- _Task instructions_: Somewhere below is a line with "#426=AXIS2_PLACEMENT_3D('',#376,#26,#17);" and, later, a line with "#435=AXIS2_PLACEMENT_3D('',#320,#17,#43);"; repeat those two lines and all the lines between them, exactly as they are.

- _Provided material_:
- - - - -
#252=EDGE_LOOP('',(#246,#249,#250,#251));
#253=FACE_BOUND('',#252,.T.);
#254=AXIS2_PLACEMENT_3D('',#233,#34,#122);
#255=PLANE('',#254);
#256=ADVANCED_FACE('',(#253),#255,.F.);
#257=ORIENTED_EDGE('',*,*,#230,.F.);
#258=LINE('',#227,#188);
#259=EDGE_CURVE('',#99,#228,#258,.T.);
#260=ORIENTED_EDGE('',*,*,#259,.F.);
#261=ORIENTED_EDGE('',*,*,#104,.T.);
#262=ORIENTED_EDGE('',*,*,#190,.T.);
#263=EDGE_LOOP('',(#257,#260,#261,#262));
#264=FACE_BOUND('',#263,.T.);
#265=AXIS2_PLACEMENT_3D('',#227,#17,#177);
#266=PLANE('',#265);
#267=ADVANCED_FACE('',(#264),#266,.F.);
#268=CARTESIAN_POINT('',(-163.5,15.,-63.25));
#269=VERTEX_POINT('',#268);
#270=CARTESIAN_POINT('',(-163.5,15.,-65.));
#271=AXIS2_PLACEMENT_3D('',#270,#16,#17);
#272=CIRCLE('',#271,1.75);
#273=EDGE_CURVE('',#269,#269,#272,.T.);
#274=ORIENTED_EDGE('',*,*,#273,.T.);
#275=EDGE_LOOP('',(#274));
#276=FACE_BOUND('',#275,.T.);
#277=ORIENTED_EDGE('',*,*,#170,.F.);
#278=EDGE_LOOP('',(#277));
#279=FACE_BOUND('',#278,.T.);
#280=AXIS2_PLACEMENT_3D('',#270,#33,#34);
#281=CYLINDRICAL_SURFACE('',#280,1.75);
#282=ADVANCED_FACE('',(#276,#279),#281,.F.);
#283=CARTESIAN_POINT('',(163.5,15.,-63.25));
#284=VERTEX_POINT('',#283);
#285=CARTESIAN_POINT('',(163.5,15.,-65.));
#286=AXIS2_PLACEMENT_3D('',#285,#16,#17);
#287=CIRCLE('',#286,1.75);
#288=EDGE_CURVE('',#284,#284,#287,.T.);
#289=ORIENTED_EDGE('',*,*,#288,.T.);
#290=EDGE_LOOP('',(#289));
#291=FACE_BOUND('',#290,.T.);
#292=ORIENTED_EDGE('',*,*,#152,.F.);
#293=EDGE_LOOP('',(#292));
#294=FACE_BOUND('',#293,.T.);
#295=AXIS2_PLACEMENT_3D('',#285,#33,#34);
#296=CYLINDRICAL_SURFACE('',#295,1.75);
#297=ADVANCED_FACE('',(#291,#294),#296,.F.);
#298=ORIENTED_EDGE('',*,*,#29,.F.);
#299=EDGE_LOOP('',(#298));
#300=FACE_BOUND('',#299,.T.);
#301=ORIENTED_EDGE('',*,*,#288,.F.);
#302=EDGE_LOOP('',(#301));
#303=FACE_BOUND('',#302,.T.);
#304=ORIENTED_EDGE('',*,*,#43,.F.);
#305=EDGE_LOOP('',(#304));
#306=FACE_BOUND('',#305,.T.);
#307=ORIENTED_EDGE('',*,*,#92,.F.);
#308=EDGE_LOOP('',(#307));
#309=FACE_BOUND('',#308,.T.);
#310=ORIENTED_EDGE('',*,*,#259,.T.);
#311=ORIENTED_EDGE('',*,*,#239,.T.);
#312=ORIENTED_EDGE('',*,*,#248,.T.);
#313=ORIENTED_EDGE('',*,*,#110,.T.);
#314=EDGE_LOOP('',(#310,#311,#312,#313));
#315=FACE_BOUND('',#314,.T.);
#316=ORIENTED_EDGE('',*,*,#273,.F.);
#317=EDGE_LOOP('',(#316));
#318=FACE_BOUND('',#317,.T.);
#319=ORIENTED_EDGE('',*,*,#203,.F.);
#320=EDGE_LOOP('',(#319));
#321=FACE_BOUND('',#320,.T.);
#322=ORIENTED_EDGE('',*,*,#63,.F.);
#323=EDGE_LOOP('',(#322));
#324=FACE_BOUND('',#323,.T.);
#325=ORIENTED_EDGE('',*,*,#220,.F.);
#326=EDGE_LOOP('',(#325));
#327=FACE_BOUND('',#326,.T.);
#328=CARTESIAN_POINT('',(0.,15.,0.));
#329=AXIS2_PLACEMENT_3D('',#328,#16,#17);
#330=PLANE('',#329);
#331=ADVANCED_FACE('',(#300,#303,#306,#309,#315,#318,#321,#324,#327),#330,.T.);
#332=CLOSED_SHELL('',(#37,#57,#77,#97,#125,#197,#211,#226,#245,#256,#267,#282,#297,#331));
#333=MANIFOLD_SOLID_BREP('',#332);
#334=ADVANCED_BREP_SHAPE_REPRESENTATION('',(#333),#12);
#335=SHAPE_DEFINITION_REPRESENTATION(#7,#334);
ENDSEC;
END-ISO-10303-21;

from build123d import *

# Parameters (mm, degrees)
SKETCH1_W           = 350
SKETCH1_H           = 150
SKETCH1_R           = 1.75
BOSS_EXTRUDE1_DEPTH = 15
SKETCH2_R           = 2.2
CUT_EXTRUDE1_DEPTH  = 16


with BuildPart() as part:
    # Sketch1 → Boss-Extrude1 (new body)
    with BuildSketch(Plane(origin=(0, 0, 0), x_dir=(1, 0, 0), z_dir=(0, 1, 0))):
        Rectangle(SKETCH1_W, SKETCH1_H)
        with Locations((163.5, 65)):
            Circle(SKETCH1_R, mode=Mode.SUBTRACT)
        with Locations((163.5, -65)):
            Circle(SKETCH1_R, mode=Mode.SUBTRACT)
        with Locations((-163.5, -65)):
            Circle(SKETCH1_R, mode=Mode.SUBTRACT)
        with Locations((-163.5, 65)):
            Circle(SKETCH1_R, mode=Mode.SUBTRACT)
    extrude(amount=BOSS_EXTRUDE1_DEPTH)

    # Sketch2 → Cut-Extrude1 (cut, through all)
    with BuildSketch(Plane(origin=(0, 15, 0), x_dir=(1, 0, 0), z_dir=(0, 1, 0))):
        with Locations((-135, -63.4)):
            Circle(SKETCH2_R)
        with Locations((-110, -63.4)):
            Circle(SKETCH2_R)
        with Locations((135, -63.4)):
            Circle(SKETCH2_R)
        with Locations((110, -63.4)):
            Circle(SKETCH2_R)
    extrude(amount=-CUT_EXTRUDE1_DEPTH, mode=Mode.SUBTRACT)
- - - - -
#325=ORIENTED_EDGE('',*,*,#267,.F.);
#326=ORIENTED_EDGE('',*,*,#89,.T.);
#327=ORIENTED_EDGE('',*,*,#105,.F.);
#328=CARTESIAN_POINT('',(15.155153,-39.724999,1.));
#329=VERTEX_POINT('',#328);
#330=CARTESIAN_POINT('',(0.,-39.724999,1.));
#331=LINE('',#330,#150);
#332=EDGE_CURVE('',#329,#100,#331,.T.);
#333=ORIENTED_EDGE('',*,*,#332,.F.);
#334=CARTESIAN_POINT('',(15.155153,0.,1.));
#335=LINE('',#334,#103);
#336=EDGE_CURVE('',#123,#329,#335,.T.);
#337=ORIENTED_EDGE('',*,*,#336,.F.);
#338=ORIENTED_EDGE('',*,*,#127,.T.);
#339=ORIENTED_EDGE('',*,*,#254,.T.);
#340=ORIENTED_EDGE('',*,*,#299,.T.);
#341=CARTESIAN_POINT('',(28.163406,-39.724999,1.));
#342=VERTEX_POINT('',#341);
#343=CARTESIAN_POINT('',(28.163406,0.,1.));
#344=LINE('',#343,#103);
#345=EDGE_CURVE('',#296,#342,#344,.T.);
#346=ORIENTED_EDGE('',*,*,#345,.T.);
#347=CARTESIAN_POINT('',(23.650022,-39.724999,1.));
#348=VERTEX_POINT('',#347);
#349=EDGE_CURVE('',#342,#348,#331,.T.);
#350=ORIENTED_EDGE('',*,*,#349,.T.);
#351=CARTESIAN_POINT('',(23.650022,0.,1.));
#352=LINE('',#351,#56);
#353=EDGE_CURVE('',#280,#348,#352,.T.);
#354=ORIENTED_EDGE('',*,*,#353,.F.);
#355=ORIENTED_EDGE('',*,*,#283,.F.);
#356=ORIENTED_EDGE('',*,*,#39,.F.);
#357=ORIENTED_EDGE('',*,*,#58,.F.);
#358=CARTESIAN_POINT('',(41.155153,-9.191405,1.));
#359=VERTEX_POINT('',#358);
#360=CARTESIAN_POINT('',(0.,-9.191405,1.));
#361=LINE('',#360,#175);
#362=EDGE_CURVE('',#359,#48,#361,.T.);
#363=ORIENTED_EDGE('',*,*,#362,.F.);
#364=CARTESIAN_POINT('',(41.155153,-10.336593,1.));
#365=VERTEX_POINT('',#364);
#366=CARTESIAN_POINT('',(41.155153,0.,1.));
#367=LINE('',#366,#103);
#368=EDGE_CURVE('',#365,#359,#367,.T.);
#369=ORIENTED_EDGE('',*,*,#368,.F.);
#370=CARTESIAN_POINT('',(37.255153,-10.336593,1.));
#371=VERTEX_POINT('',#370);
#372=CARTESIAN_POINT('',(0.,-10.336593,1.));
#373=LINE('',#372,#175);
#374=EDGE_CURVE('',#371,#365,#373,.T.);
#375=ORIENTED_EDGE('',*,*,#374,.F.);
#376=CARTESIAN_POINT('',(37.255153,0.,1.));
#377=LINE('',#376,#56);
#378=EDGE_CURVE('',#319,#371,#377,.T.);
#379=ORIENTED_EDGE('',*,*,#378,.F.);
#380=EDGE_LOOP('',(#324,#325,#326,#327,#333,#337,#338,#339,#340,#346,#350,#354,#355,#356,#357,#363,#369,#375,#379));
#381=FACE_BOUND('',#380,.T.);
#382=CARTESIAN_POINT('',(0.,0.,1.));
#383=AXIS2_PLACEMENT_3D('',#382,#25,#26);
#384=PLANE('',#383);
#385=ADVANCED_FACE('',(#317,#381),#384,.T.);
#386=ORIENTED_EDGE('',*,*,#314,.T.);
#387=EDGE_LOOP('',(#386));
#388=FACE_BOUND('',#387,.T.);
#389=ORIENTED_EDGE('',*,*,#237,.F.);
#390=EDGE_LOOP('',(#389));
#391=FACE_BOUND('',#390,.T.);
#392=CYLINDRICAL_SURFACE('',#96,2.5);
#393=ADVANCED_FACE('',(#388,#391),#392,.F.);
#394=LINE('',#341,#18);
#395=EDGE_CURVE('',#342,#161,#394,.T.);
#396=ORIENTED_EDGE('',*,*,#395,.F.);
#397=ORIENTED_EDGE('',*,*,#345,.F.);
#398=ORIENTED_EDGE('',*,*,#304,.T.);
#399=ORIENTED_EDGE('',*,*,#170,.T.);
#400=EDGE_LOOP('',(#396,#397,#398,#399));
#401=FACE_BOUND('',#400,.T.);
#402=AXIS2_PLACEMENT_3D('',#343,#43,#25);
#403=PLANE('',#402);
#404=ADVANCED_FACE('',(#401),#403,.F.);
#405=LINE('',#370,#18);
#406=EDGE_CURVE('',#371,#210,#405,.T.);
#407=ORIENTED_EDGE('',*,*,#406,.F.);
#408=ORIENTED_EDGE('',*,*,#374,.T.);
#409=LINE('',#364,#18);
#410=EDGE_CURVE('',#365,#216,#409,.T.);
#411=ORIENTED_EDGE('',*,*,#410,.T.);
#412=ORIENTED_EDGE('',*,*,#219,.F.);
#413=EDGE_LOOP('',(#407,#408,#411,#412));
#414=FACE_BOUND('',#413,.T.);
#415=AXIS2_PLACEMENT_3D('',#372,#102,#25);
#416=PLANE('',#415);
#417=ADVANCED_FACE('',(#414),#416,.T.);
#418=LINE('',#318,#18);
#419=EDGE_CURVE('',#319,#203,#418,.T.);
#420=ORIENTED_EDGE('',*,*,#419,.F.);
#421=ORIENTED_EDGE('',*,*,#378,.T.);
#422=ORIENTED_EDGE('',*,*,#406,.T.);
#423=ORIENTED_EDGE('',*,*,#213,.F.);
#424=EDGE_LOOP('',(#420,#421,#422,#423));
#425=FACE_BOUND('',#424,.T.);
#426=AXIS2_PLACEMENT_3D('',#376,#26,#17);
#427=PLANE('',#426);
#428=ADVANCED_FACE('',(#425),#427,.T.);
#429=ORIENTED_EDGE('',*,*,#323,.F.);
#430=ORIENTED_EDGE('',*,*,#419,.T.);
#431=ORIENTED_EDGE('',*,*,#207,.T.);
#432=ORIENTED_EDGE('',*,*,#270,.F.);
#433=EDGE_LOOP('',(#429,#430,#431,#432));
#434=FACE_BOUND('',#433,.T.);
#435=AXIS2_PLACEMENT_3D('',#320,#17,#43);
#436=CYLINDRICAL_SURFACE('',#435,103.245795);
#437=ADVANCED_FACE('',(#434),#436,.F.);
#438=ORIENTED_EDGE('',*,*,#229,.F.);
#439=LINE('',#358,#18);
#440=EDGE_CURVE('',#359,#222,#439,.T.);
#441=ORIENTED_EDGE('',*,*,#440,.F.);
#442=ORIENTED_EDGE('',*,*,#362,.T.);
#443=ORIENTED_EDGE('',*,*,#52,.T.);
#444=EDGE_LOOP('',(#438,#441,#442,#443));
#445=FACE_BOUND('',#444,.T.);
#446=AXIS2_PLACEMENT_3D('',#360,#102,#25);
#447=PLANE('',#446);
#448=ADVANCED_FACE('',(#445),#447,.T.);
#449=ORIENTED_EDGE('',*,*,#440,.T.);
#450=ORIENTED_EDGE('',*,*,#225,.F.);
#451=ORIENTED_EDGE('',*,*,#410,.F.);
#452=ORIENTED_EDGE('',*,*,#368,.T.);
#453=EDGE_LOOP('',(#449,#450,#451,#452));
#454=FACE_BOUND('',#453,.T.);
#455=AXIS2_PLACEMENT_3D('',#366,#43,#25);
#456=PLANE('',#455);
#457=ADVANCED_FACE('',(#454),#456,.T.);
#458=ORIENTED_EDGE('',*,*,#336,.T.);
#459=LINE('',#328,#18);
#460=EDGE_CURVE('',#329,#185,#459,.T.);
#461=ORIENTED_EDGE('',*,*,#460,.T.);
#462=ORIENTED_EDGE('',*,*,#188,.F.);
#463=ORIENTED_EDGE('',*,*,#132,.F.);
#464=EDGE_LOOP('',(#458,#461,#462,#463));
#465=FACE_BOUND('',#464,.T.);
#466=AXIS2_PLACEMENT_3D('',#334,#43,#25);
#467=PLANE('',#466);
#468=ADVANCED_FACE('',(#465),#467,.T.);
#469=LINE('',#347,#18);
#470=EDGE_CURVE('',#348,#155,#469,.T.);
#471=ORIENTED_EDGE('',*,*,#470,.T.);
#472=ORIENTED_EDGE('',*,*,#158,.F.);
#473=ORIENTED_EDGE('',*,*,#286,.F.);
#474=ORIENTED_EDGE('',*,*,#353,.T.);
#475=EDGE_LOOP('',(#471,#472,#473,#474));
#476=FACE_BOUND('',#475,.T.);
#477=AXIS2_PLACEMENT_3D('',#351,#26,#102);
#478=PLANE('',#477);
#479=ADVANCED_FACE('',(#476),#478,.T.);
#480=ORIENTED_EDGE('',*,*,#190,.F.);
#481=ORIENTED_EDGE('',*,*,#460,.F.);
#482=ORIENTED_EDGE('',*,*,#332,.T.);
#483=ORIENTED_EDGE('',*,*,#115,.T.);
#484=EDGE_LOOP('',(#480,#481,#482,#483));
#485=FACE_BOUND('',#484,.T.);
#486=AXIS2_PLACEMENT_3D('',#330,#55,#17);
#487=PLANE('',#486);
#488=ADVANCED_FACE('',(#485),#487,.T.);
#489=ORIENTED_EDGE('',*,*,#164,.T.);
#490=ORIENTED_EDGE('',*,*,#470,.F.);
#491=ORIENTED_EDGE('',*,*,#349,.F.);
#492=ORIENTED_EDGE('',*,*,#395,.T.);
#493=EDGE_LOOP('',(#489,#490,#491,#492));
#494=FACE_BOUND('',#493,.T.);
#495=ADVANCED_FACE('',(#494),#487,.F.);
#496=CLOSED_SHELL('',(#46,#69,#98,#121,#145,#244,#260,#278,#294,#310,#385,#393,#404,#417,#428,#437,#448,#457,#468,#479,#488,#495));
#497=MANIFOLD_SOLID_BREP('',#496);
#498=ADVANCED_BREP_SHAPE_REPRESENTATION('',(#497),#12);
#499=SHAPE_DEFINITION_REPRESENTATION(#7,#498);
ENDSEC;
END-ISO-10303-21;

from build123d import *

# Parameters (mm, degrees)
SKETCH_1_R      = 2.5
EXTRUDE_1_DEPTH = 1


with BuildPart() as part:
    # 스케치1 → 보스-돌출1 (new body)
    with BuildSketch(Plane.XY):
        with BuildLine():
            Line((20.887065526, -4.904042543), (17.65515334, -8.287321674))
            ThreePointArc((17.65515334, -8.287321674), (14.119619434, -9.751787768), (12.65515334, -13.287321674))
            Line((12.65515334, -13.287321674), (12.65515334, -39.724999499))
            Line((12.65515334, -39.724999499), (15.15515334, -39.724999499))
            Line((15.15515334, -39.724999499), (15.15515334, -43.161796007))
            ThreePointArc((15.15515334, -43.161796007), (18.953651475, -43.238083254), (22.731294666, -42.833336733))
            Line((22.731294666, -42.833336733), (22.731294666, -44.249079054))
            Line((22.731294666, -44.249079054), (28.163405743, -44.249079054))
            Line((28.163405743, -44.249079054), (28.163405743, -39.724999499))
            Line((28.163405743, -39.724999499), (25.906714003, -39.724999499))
- - - - -
- _Answer section_:
#426=AXIS2_PLACEMENT_3D('',#376,#26,#17);
#427=PLANE('',#426);
#428=ADVANCED_FACE('',(#425),#427,.T.);
#429=ORIENTED_EDGE('',*,*,#323,.F.);
#430=ORIENTED_EDGE('',*,*,#419,.T.);
#431=ORIENTED_EDGE('',*,*,#207,.T.);
#432=ORIENTED_EDGE('',*,*,#270,.F.);
#433=EDGE_LOOP('',(#429,#430,#431,#432));
#434=FACE_BOUND('',#433,.T.);
#435=AXIS2_PLACEMENT_3D('',#320,#17,#43);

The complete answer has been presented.